EXERCISE DATA START

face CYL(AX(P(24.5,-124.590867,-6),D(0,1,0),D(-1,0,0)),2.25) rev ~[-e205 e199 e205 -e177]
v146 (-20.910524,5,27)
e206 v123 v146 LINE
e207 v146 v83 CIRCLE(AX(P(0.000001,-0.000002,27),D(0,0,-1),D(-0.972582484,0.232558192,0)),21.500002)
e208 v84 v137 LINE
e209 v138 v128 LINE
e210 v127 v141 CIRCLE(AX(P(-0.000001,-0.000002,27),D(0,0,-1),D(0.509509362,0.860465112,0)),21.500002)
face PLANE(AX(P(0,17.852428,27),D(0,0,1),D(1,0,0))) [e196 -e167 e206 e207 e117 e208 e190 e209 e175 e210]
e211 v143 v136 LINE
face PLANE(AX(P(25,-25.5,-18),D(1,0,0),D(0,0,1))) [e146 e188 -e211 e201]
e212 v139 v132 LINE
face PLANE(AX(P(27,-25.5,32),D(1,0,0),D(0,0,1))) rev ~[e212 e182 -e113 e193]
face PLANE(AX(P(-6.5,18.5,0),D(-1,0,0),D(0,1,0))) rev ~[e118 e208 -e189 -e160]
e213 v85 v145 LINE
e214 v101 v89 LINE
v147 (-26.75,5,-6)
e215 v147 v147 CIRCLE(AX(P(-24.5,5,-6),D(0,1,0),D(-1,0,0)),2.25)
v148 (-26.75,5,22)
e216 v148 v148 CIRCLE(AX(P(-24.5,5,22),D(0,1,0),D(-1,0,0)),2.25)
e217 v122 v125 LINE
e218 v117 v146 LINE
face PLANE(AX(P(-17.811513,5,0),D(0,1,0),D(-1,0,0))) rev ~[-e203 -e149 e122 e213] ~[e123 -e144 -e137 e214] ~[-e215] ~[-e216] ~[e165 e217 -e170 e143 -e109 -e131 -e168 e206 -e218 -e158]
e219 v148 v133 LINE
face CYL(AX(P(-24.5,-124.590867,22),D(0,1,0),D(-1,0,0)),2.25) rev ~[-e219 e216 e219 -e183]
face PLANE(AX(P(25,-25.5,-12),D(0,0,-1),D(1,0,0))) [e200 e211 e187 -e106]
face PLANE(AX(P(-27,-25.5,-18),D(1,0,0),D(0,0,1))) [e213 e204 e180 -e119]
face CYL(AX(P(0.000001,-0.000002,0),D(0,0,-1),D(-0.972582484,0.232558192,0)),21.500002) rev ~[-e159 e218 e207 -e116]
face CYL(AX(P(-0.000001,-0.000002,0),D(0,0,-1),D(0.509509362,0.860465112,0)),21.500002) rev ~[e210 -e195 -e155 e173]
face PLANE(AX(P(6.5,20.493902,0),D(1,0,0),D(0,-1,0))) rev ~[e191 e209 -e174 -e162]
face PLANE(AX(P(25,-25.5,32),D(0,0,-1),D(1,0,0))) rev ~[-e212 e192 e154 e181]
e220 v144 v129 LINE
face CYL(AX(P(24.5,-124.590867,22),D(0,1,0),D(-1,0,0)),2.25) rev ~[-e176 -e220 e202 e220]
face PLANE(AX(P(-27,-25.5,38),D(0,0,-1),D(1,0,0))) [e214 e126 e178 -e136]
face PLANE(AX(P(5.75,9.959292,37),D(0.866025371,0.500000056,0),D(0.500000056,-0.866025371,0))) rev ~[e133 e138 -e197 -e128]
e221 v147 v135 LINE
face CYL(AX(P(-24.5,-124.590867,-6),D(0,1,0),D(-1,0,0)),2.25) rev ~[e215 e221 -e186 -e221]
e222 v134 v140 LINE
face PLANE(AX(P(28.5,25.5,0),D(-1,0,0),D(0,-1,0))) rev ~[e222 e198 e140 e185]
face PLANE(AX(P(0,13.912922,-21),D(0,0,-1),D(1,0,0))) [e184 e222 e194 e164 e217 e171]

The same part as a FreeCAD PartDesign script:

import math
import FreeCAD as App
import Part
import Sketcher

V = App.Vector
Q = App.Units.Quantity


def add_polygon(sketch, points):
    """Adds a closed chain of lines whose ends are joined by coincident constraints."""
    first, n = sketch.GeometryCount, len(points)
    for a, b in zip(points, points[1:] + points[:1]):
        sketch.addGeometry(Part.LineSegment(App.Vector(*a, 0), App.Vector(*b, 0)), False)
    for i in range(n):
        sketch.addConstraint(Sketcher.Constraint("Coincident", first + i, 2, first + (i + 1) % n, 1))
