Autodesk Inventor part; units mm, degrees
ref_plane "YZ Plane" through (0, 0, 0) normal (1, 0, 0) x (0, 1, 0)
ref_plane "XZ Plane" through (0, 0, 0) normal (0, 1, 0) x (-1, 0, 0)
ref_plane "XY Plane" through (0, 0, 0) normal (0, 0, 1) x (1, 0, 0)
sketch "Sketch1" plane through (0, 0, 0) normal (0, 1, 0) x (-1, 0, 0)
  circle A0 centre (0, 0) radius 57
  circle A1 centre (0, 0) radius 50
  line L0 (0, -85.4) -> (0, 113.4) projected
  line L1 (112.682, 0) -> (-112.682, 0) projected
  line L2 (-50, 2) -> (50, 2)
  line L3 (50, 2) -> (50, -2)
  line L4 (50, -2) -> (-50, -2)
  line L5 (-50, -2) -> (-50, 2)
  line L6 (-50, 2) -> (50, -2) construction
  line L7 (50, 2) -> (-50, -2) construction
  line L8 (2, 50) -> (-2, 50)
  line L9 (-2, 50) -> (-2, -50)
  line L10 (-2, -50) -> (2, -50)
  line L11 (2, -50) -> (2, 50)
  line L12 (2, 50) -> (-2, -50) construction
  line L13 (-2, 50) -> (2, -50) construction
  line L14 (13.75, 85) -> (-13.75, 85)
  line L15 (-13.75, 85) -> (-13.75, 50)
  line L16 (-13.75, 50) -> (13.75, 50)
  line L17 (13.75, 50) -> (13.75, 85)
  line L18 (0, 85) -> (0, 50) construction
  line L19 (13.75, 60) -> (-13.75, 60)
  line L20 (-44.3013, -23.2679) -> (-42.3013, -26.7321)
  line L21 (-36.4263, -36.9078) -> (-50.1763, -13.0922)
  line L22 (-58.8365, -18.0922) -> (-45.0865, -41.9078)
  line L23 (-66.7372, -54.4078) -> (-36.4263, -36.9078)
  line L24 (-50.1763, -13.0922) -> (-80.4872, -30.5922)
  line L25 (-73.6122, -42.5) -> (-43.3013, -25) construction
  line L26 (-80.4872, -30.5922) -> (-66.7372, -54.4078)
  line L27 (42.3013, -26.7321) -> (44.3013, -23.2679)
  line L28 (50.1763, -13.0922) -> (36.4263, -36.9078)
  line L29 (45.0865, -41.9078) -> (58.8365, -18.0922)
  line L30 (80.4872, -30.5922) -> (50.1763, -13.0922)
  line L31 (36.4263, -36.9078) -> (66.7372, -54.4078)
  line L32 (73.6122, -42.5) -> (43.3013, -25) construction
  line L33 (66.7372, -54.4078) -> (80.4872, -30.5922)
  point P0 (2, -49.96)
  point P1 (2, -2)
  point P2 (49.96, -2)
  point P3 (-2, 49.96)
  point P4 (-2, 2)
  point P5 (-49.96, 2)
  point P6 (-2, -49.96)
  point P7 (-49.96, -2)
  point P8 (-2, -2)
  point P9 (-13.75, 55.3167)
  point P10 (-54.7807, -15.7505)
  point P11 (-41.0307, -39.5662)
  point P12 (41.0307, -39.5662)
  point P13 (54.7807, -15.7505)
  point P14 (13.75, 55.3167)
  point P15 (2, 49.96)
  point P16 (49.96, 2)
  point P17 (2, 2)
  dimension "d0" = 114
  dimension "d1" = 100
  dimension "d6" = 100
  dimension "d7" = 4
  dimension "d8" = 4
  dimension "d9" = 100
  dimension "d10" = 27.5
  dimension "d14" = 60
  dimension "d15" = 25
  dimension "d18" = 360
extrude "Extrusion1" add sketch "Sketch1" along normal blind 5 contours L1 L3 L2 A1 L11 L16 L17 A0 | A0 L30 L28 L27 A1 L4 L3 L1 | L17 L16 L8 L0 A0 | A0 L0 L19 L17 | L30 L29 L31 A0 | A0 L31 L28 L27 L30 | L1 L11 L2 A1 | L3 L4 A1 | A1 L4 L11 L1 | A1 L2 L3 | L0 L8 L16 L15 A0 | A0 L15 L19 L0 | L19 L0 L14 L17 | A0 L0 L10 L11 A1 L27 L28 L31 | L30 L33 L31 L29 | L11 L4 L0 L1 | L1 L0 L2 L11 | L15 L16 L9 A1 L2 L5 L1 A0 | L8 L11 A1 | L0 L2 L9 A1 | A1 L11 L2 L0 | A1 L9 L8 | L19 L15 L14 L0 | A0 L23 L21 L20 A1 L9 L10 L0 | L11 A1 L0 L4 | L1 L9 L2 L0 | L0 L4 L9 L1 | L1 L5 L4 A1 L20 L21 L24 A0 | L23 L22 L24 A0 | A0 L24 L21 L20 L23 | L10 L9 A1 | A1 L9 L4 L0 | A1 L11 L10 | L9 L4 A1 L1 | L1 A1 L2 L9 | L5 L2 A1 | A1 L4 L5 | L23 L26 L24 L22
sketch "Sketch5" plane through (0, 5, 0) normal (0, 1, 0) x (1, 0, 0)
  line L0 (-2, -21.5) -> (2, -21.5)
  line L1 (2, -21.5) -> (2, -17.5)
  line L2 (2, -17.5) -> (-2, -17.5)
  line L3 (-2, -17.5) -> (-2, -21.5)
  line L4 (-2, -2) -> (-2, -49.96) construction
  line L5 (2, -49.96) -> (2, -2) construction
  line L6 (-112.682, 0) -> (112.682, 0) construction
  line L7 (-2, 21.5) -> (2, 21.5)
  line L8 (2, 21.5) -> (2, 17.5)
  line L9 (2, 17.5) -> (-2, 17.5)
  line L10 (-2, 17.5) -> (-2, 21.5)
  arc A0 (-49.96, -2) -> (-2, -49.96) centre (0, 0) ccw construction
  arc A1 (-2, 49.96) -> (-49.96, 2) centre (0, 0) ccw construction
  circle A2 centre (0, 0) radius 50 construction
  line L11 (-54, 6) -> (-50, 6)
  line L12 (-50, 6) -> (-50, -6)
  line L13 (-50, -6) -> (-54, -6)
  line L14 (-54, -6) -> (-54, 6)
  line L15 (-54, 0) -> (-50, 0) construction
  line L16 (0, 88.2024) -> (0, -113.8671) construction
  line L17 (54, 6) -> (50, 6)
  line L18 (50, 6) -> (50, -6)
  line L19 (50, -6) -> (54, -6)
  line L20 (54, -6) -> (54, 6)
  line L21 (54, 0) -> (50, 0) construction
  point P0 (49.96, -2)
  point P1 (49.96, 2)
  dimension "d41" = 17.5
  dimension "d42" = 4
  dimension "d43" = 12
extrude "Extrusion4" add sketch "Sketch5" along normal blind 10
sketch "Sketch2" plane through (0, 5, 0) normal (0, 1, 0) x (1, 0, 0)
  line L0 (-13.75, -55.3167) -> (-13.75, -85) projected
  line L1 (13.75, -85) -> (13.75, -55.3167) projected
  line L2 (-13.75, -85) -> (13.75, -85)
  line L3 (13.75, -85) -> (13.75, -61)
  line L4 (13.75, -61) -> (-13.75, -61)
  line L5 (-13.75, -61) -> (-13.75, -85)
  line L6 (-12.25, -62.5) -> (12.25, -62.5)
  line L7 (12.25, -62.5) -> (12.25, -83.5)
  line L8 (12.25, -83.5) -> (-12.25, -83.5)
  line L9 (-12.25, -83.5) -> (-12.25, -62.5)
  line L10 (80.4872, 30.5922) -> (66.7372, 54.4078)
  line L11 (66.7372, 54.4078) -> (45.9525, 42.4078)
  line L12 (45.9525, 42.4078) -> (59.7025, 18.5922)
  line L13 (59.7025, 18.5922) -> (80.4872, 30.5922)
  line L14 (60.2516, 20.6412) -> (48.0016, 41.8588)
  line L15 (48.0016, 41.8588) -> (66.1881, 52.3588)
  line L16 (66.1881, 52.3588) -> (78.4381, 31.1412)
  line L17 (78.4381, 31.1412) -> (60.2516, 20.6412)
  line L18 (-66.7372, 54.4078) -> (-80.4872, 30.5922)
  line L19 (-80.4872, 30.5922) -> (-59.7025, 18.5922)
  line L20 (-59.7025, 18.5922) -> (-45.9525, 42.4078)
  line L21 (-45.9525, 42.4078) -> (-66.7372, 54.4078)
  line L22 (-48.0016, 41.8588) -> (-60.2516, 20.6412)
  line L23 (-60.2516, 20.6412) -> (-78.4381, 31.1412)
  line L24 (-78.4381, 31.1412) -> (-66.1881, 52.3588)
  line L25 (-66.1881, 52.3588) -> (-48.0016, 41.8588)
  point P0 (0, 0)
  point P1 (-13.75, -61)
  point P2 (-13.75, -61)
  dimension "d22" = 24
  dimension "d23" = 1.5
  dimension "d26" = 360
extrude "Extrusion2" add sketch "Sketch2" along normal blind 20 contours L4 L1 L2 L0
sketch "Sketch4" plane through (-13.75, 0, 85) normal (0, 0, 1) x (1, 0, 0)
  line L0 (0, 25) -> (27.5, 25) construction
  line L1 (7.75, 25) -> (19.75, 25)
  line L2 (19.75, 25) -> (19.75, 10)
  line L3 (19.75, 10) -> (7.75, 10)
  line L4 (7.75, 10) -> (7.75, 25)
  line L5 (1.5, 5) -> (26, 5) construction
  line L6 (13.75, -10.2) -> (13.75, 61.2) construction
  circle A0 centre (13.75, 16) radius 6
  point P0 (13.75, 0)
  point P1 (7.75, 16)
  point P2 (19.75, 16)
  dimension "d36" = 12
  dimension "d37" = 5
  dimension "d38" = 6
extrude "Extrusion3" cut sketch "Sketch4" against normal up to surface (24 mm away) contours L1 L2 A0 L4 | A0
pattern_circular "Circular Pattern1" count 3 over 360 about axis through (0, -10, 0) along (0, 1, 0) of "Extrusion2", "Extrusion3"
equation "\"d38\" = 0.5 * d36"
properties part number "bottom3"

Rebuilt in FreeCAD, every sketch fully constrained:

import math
import FreeCAD as App
import Part
import Sketcher
Q = App.Units.Quantity


def add_polygon(sketch, points):
    """Adds a closed chain of lines whose ends are joined by coincident constraints."""
    first, n = sketch.GeometryCount, len(points)
    for a, b in zip(points, points[1:] + points[:1]):
        sketch.addGeometry(Part.LineSegment(App.Vector(*a, 0), App.Vector(*b, 0)), False)
    for i in range(n):
        sketch.addConstraint(Sketcher.Constraint("Coincident", first + i, 2, first + (i + 1) % n, 1))

doc = App.newDocument("Part")
body = doc.addObject("PartDesign::Body", "Body")

# Sketch on XZ plane
sketch1 = body.newObject("Sketcher::SketchObject", "Sketch")
sketch1.AttachmentSupport = (doc.getObject("XZ_Plane"), [""])
sketch1.MapMode = "FlatFace"
sketch1.addGeometry(Part.LineSegment(App.Vector(-13.75, 55.316702, 0), App.Vector(-13.75, 85, 0)), False)
sketch1.addGeometry(Part.LineSegment(App.Vector(-13.75, 85, 0), App.Vector(13.75, 85, 0)), False)
sketch1.addGeometry(Part.LineSegment(App.Vector(13.75, 85, 0), App.Vector(13.75, 55.316702, 0)), False)
sketch1.addGeometry(Part.ArcOfCircle(Part.Circle(App.Vector(0, 0, 0), App.Vector(0, 0, 1), 57), math.radians(-16.040995), math.radians(76.040967)), False)
sketch1.addGeometry(Part.LineSegment(App.Vector(54.780661, -15.750528, 0), App.Vector(80.4872, -30.5922, 0)), False)
sketch1.addGeometry(Part.LineSegment(App.Vector(80.4872, -30.5922, 0), App.Vector(66.7372, -54.4078, 0)), False)
sketch1.addGeometry(Part.LineSegment(App.Vector(66.7372, -54.4078, 0), App.Vector(41.030711, -39.566157, 0)), False)
sketch1.addGeometry(Part.ArcOfCircle(Part.Circle(App.Vector(0, 0, 0), App.Vector(0, 0, 1), 57), math.radians(-136.041027), math.radians(-43.958973)), False)
sketch1.addGeometry(Part.LineSegment(App.Vector(-41.030711, -39.566157, 0), App.Vector(-66.7372, -54.4078, 0)), False)
sketch1.addGeometry(Part.LineSegment(App.Vector(-66.7372, -54.4078, 0), App.Vector(-80.4872, -30.5922, 0)), False)
sketch1.addGeometry(Part.LineSegment(App.Vector(-80.4872, -30.5922, 0), App.Vector(-54.780661, -15.750528, 0)), False)
sketch1.addGeometry(Part.ArcOfCircle(Part.Circle(App.Vector(0, 0, 0), App.Vector(0, 0, 1), 57), math.radians(103.959033), math.radians(196.040995)), False)
sketch1.addGeometry(Part.ArcOfCircle(Part.Circle(App.Vector(0, 0, 0), App.Vector(0, 0, 1), 50), math.radians(92.292443), math.radians(177.707557)), False)
sketch1.addGeometry(Part.LineSegment(App.Vector(-49.959984, 2, 0), App.Vector(-2, 2, 0)), False)
sketch1.addGeometry(Part.LineSegment(App.Vector(-2, 2, 0), App.Vector(-2, 49.959984, 0)), False)
sketch1.addGeometry(Part.ArcOfCircle(Part.Circle(App.Vector(0, 0, 0), App.Vector(0, 0, 1), 50), math.radians(-177.707557), math.radians(-92.292443)), False)
sketch1.addGeometry(Part.LineSegment(App.Vector(-2, -49.959984, 0), App.Vector(-2, -2, 0)), False)
sketch1.addGeometry(Part.LineSegment(App.Vector(-2, -2, 0), App.Vector(-49.959984, -2, 0)), False)
sketch1.addGeometry(Part.LineSegment(App.Vector(2, 49.959984, 0), App.Vector(2, 2, 0)), False)
sketch1.addGeometry(Part.LineSegment(App.Vector(2, 2, 0), App.Vector(49.959984, 2, 0)), False)
sketch1.addGeometry(Part.ArcOfCircle(Part.Circle(App.Vector(0, 0, 0), App.Vector(0, 0, 1), 50), math.radians(2.292443), math.radians(87.707557)), False)
sketch1.addGeometry(Part.ArcOfCircle(Part.Circle(App.Vector(0, 0, 0), App.Vector(0, 0, 1), 50), math.radians(-87.707557), math.radians(-2.292443)), False)
sketch1.addGeometry(Part.LineSegment(App.Vector(49.959984, -2, 0), App.Vector(2, -2, 0)), False)
sketch1.addGeometry(Part.LineSegment(App.Vector(2, -2, 0), App.Vector(2, -49.959984, 0)), False)
sketch1.addConstraint(Sketcher.Constraint("Coincident", 0, 2, 1, 1))
sketch1.addConstraint(Sketcher.Constraint("Coincident", 1, 2, 2, 1))
sketch1.addConstraint(Sketcher.Constraint("Coincident", 2, 2, 3, 2))
sketch1.addConstraint(Sketcher.Constraint("Coincident", 3, 1, 4, 1))
sketch1.addConstraint(Sketcher.Constraint("Coincident", 4, 2, 5, 1))
sketch1.addConstraint(Sketcher.Constraint("Coincident", 5, 2, 6, 1))
sketch1.addConstraint(Sketcher.Constraint("Coincident", 6, 2, 7, 2))
sketch1.addConstraint(Sketcher.Constraint("Coincident", 7, 1, 8, 1))
sketch1.addConstraint(Sketcher.Constraint("Coincident", 8, 2, 9, 1))
sketch1.addConstraint(Sketcher.Constraint("Coincident", 9, 2, 10, 1))
sketch1.addConstraint(Sketcher.Constraint("Coincident", 10, 2, 11, 2))
sketch1.addConstraint(Sketcher.Constraint("Coincident", 11, 1, 0, 1))
sketch1.addConstraint(Sketcher.Constraint("Coincident", 12, 2, 13, 1))
sketch1.addConstraint(Sketcher.Constraint("Coincident", 13, 2, 14, 1))
sketch1.addConstraint(Sketcher.Constraint("Coincident", 14, 2, 12, 1))
sketch1.addConstraint(Sketcher.Constraint("Coincident", 15, 2, 16, 1))
sketch1.addConstraint(Sketcher.Constraint("Coincident", 16, 2, 17, 1))
sketch1.addConstraint(Sketcher.Constraint("Coincident", 17, 2, 15, 1))
sketch1.addConstraint(Sketcher.Constraint("Coincident", 18, 2, 19, 1))
sketch1.addConstraint(Sketcher.Constraint("Coincident", 19, 2, 20, 1))
sketch1.addConstraint(Sketcher.Constraint("Coincident", 20, 2, 18, 1))
sketch1.addConstraint(Sketcher.Constraint("Coincident", 21, 2, 22, 1))
sketch1.addConstraint(Sketcher.Constraint("Coincident", 22, 2, 23, 1))
sketch1.addConstraint(Sketcher.Constraint("Coincident", 23, 2, 21, 1))
sketch1.addConstraint(Sketcher.Constraint("Vertical", 0))
sketch1.addConstraint(Sketcher.Constraint("Horizontal", 1))
sketch1.addConstraint(Sketcher.Constraint("Vertical", 2))
sketch1.addConstraint(Sketcher.Constraint("Horizontal", 13))
sketch1.addConstraint(Sketcher.Constraint("Vertical", 14))
sketch1.addConstraint(Sketcher.Constraint("Vertical", 16))
sketch1.addConstraint(Sketcher.Constraint("Horizontal", 17))
sketch1.addConstraint(Sketcher.Constraint("Vertical", 18))
sketch1.addConstraint(Sketcher.Constraint("Horizontal", 19))
sketch1.addConstraint(Sketcher.Constraint("Horizontal", 22))
sketch1.addConstraint(Sketcher.Constraint("Vertical", 23))
sketch1.addConstraint(Sketcher.Constraint("Coincident", 3, 3, -1, 1))
sketch1.addConstraint(Sketcher.Constraint("Coincident", 7, 3, -1, 1))
sketch1.addConstraint(Sketcher.Constraint("Coincident", 11, 3, -1, 1))
sketch1.addConstraint(Sketcher.Constraint("Coincident", 12, 3, -1, 1))
sketch1.addConstraint(Sketcher.Constraint("Coincident", 15, 3, -1, 1))
sketch1.addConstraint(Sketcher.Constraint("Coincident", 20, 3, -1, 1))
sketch1.addConstraint(Sketcher.Constraint("Coincident", 21, 3, -1, 1))
sketch1.addConstraint(Sketcher.Constraint("Equal", 3, 7))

EXERCISE DATA END

» **GOAL OF THE EXERCISE**
Of the entries above, repeat exactly the lines between the line with "line L20 (-44.3013, -23.2679)" and the line with "point P12 (41.0307, -39.5662)", inclusive, and no others.

» **WRITTEN ANSWER**
  line L20 (-44.3013, -23.2679) -> (-42.3013, -26.7321)
  line L21 (-36.4263, -36.9078) -> (-50.1763, -13.0922)
  line L22 (-58.8365, -18.0922) -> (-45.0865, -41.9078)
  line L23 (-66.7372, -54.4078) -> (-36.4263, -36.9078)
  line L24 (-50.1763, -13.0922) -> (-80.4872, -30.5922)
  line L25 (-73.6122, -42.5) -> (-43.3013, -25) construction
  line L26 (-80.4872, -30.5922) -> (-66.7372, -54.4078)
  line L27 (42.3013, -26.7321) -> (44.3013, -23.2679)
  line L28 (50.1763, -13.0922) -> (36.4263, -36.9078)
  line L29 (45.0865, -41.9078) -> (58.8365, -18.0922)
  line L30 (80.4872, -30.5922) -> (50.1763, -13.0922)
  line L31 (36.4263, -36.9078) -> (66.7372, -54.4078)
  line L32 (73.6122, -42.5) -> (43.3013, -25) construction
  line L33 (66.7372, -54.4078) -> (80.4872, -30.5922)
  point P0 (2, -49.96)
  point P1 (2, -2)
  point P2 (49.96, -2)
  point P3 (-2, 49.96)
  point P4 (-2, 2)
  point P5 (-49.96, 2)
  point P6 (-2, -49.96)
  point P7 (-49.96, -2)
  point P8 (-2, -2)
  point P9 (-13.75, 55.3167)
  point P10 (-54.7807, -15.7505)
  point P11 (-41.0307, -39.5662)
  point P12 (41.0307, -39.5662)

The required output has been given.